Liver X receptors (LXRs) are ligand dependent transcription factors belonging to the nuclear receptor superfamily of proteins [16]. LXRs form heterodimers with retinoid X receptor (RXR) and then bind to LXR-responsive elements (LXR-Es) in the promoters of target genes. The liver X receptor subfamily consists of two members, LXRα and LXRβ, whereas LXRα is the major isoform expressed in macrophages [17]. LXRs control various genes of reverse cholesterol transport directly, such as ABCA1 and ABCG1, and several lipoprotein-remodeling enzymes, including cholesterol ester transfer protein (CETP) and phospholipid transfer protein (PLTP) [18], [19], [20]. Consistent with their physiological roles, endogenous activators of LXR are oxidized cholesterol derivates (oxysterols). In addition to natural ligands, a number of synthetic LXR agonists have been developed. Remarkably, treatment of rodents with LXR agonists decreases atherosclerosis [21].

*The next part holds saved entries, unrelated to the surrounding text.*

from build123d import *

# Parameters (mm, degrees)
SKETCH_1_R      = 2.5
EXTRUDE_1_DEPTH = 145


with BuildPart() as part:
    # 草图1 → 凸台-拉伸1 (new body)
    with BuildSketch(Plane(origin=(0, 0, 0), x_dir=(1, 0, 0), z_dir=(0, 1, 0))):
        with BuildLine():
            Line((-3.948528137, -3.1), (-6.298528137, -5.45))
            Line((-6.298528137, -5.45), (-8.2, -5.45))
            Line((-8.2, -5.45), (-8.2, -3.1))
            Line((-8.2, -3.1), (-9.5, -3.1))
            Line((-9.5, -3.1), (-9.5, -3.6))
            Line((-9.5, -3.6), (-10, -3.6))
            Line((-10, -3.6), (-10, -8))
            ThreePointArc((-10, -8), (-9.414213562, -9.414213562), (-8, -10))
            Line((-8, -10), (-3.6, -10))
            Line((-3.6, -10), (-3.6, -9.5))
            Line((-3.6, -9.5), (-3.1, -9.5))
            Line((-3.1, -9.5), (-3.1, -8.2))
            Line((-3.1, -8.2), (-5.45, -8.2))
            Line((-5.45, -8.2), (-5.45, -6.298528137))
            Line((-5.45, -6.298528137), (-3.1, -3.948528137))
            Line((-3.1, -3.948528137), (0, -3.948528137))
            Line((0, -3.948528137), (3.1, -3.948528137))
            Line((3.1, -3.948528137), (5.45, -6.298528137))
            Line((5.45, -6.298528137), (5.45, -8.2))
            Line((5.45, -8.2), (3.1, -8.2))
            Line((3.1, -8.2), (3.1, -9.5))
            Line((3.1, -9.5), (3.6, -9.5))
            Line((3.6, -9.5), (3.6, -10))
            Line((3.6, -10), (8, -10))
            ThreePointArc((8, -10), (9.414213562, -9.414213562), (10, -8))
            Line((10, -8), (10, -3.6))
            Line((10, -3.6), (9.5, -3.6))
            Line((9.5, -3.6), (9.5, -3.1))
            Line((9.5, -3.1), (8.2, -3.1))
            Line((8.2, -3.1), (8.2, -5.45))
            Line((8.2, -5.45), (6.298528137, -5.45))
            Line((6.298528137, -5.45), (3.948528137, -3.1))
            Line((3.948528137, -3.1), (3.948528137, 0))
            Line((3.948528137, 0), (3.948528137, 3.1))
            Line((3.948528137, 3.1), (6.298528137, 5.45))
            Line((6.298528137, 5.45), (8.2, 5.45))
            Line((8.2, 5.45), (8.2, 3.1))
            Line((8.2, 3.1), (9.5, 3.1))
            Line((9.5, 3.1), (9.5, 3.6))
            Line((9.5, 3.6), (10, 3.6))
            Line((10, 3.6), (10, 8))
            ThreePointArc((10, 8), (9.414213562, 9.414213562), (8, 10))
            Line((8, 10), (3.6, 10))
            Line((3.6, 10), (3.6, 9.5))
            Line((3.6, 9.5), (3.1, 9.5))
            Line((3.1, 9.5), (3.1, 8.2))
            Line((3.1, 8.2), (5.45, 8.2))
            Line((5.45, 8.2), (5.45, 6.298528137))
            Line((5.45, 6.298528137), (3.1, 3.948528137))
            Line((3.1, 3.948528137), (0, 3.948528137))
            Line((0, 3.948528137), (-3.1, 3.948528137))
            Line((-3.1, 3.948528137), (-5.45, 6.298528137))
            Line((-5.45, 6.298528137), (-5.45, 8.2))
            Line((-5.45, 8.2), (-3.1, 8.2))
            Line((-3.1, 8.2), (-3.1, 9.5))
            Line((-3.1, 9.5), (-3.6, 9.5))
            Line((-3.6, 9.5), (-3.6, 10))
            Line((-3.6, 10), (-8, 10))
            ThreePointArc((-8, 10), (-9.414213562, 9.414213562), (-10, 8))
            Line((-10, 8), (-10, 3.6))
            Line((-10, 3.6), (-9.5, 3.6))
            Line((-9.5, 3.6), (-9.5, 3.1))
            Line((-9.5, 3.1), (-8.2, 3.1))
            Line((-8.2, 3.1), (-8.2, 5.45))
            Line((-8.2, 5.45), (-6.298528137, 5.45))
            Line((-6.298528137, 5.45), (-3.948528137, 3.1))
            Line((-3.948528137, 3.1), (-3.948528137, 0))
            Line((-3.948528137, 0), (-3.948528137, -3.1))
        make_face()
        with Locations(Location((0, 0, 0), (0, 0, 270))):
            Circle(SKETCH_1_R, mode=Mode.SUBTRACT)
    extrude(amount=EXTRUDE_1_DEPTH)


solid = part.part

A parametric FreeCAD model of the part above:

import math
import FreeCAD as App
import Part
import Sketcher

V = App.Vector
Q = App.Units.Quantity

doc = App.newDocument("Part")
body = doc.addObject("PartDesign::Body", "Body")

sketch1 = body.newObject("Sketcher::SketchObject", "Sketch")
sketch1.AttachmentSupport = (doc.getObject("XZ_Plane"), [""])
sketch1.MapMode = "FlatFace"
sketch1.addGeometry([
    Part.LineSegment(V(-3.9, 3.1, 0), V(-6.3, 5.5, 0)),
    Part.LineSegment(V(-6.3, 5.5, 0), V(-8.2, 5.5, 0)),
    Part.LineSegment(V(-8.2, 5.5, 0), V(-8.2, 3.1, 0)),
    Part.LineSegment(V(-8.2, 3.1, 0), V(-9.5, 3.1, 0)),
    Part.LineSegment(V(-9.5, 3.1, 0), V(-9.5, 3.6, 0)),
    Part.LineSegment(V(-9.5, 3.6, 0), V(-10, 3.6, 0)),
    Part.LineSegment(V(-10, 3.6, 0), V(-10, 8, 0)),
    Part.ArcOfCircle(Part.Circle(V(-8, 8, 0), V(0, 0, 1), 2), math.radians(90), math.radians(180)),
    Part.LineSegment(V(-8, 10, 0), V(-3.6, 10, 0)),
    Part.LineSegment(V(-3.6, 10, 0), V(-3.6, 9.5, 0)),
    Part.LineSegment(V(-3.6, 9.5, 0), V(-3.1, 9.5, 0)),
    Part.LineSegment(V(-3.1, 9.5, 0), V(-3.1, 8.2, 0)),
    Part.LineSegment(V(-3.1, 8.2, 0), V(-5.5, 8.2, 0)),
    Part.LineSegment(V(-5.5, 8.2, 0), V(-5.5, 6.3, 0)),
    Part.LineSegment(V(-5.5, 6.3, 0), V(-3.1, 3.9, 0)),
    Part.LineSegment(V(-3.1, 3.9, 0), V(3.1, 3.9, 0)),
    Part.LineSegment(V(3.1, 3.9, 0), V(5.5, 6.3, 0)),
    Part.LineSegment(V(5.5, 6.3, 0), V(5.5, 8.2, 0)),
    Part.LineSegment(V(5.5, 8.2, 0), V(3.1, 8.2, 0)),
    Part.LineSegment(V(3.1, 8.2, 0), V(3.1, 9.5, 0)),
    Part.LineSegment(V(3.1, 9.5, 0), V(3.6, 9.5, 0)),
    Part.LineSegment(V(3.6, 9.5, 0), V(3.6, 10, 0)),
    Part.LineSegment(V(3.6, 10, 0), V(8, 10, 0)),
    Part.ArcOfCircle(Part.Circle(V(8, 8, 0), V(0, 0, 1), 2), math.radians(0), math.radians(90)),
    Part.LineSegment(V(10, 8, 0), V(10, 3.6, 0)),
    Part.LineSegment(V(10, 3.6, 0), V(9.5, 3.6, 0)),
    Part.LineSegment(V(9.5, 3.6, 0), V(9.5, 3.1, 0)),
    Part.LineSegment(V(9.5, 3.1, 0), V(8.2, 3.1, 0)),
    Part.LineSegment(V(8.2, 3.1, 0), V(8.2, 5.5, 0)),
    Part.LineSegment(V(8.2, 5.5, 0), V(6.3, 5.5, 0)),
    Part.LineSegment(V(6.3, 5.5, 0), V(3.9, 3.1, 0)),
    Part.LineSegment(V(3.9, 3.1, 0), V(3.9, -3.1, 0)),
    Part.LineSegment(V(3.9, -3.1, 0), V(6.3, -5.5, 0)),
    Part.LineSegment(V(6.3, -5.5, 0), V(8.2, -5.5, 0)),
    Part.LineSegment(V(8.2, -5.5, 0), V(8.2, -3.1, 0)),
    Part.LineSegment(V(8.2, -3.1, 0), V(9.5, -3.1, 0)),
    Part.LineSegment(V(9.5, -3.1, 0), V(9.5, -3.6, 0)),
    Part.LineSegment(V(9.5, -3.6, 0), V(10, -3.6, 0)),
    Part.LineSegment(V(10, -3.6, 0), V(10, -8, 0)),
    Part.ArcOfCircle(Part.Circle(V(8, -8, 0), V(0, 0, 1), 2), math.radians(-90), math.radians(0)),
    Part.LineSegment(V(8, -10, 0), V(3.6, -10, 0)),
    Part.LineSegment(V(3.6, -10, 0), V(3.6, -9.5, 0)),
    Part.LineSegment(V(3.6, -9.5, 0), V(3.1, -9.5, 0)),
    Part.LineSegment(V(3.1, -9.5, 0), V(3.1, -8.2, 0)),
    Part.LineSegment(V(3.1, -8.2, 0), V(5.5, -8.2, 0)),
    Part.LineSegment(V(5.5, -8.2, 0), V(5.5, -6.3, 0)),
    Part.LineSegment(V(5.5, -6.3, 0), V(3.1, -3.9, 0)),
    Part.LineSegment(V(3.1, -3.9, 0), V(-3.1, -3.9, 0)),
    Part.LineSegment(V(-3.1, -3.9, 0), V(-5.5, -6.3, 0)),
    Part.LineSegment(V(-5.5, -6.3, 0), V(-5.5, -8.2, 0)),
    Part.LineSegment(V(-5.5, -8.2, 0), V(-3.1, -8.2, 0)),
    Part.LineSegment(V(-3.1, -8.2, 0), V(-3.1, -9.5, 0)),
    Part.LineSegment(V(-3.1, -9.5, 0), V(-3.6, -9.5, 0)),
    Part.LineSegment(V(-3.6, -9.5, 0), V(-3.6, -10, 0)),
    Part.LineSegment(V(-3.6, -10, 0), V(-8, -10, 0)),
    Part.ArcOfCircle(Part.Circle(V(-8, -8, 0), V(0, 0, 1), 2), math.radians(-180), math.radians(-90)),
    Part.LineSegment(V(-10, -8, 0), V(-10, -3.6, 0)),
    Part.LineSegment(V(-10, -3.6, 0), V(-9.5, -3.6, 0)),
    Part.LineSegment(V(-9.5, -3.6, 0), V(-9.5, -3.1, 0)),
    Part.LineSegment(V(-9.5, -3.1, 0), V(-8.2, -3.1, 0)),
    Part.LineSegment(V(-8.2, -3.1, 0), V(-8.2, -5.5, 0)),
    Part.LineSegment(V(-8.2, -5.5, 0), V(-6.3, -5.5, 0)),
    Part.LineSegment(V(-6.3, -5.5, 0), V(-3.9, -3.1, 0)),
    Part.LineSegment(V(-3.9, -3.1, 0), V(-3.9, 3.1, 0)),
    Part.Circle(V(0, 0, 0), V(0, 0, 1), 2.5),
], False)
sketch1.addConstraint([
    Sketcher.Constraint("Coincident", 0, 2, 1, 1),
    Sketcher.Constraint("Coincident", 1, 2, 2, 1),
    Sketcher.Constraint("Coincident", 2, 2, 3, 1),
    Sketcher.Constraint("Coincident", 3, 2, 4, 1),
    Sketcher.Constraint("Coincident", 4, 2, 5, 1),
    Sketcher.Constraint("Coincident", 5, 2, 6, 1),
    Sketcher.Constraint("Tangent", 6, 2, 7, 2),
    Sketcher.Constraint("Tangent", 7, 1, 8, 1),
    Sketcher.Constraint("Coincident", 8, 2, 9, 1),
    Sketcher.Constraint("Coincident", 9, 2, 10, 1),
    Sketcher.Constraint("Coincident", 10, 2, 11, 1),
    Sketcher.Constraint("Coincident", 11, 2, 12, 1),
    Sketcher.Constraint("Coincident", 12, 2, 13, 1),
    Sketcher.Constraint("Coincident", 13, 2, 14, 1),
    Sketcher.Constraint("Coincident", 14, 2, 15, 1),
    Sketcher.Constraint("Coincident", 15, 2, 16, 1),
    Sketcher.Constraint("Coincident", 16, 2, 17, 1),
    Sketcher.Constraint("Coincident", 17, 2, 18, 1),
    Sketcher.Constraint("Coincident", 18, 2, 19, 1),
    Sketcher.Constraint("Coincident", 19, 2, 20, 1),
    Sketcher.Constraint("Coincident", 20, 2, 21, 1),
    Sketcher.Constraint("Coincident", 21, 2, 22, 1),
    Sketcher.Constraint("Tangent", 22, 2, 23, 2),
    Sketcher.Constraint("Tangent", 23, 1, 24, 1),
    Sketcher.Constraint("Coincident", 24, 2, 25, 1),
    Sketcher.Constraint("Coincident", 25, 2, 26, 1),
    Sketcher.Constraint("Coincident", 26, 2, 27, 1),
    Sketcher.Constraint("Coincident", 27, 2, 28, 1),
    Sketcher.Constraint("Coincident", 28, 2, 29, 1),
    Sketcher.Constraint("Coincident", 29, 2, 30, 1),
    Sketcher.Constraint("Coincident", 30, 2, 31, 1),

It is well accepted that specific isomers of CLA have distinct effects on gene expression. Although action of c9,t11-CLA is well described, action of t9,t11-CLA is poorly understood. Therefore, the aim of this study is to better understand the molecular mechanism underlying the biological activity of t9,t11-CLA. So far, the physiological effects of CLA isomers are attributed to transcriptional events associated with the nuclear receptor PPAR. This study is the first demonstrating that a CLA isomer is an agonist of the nuclear receptor LXRα.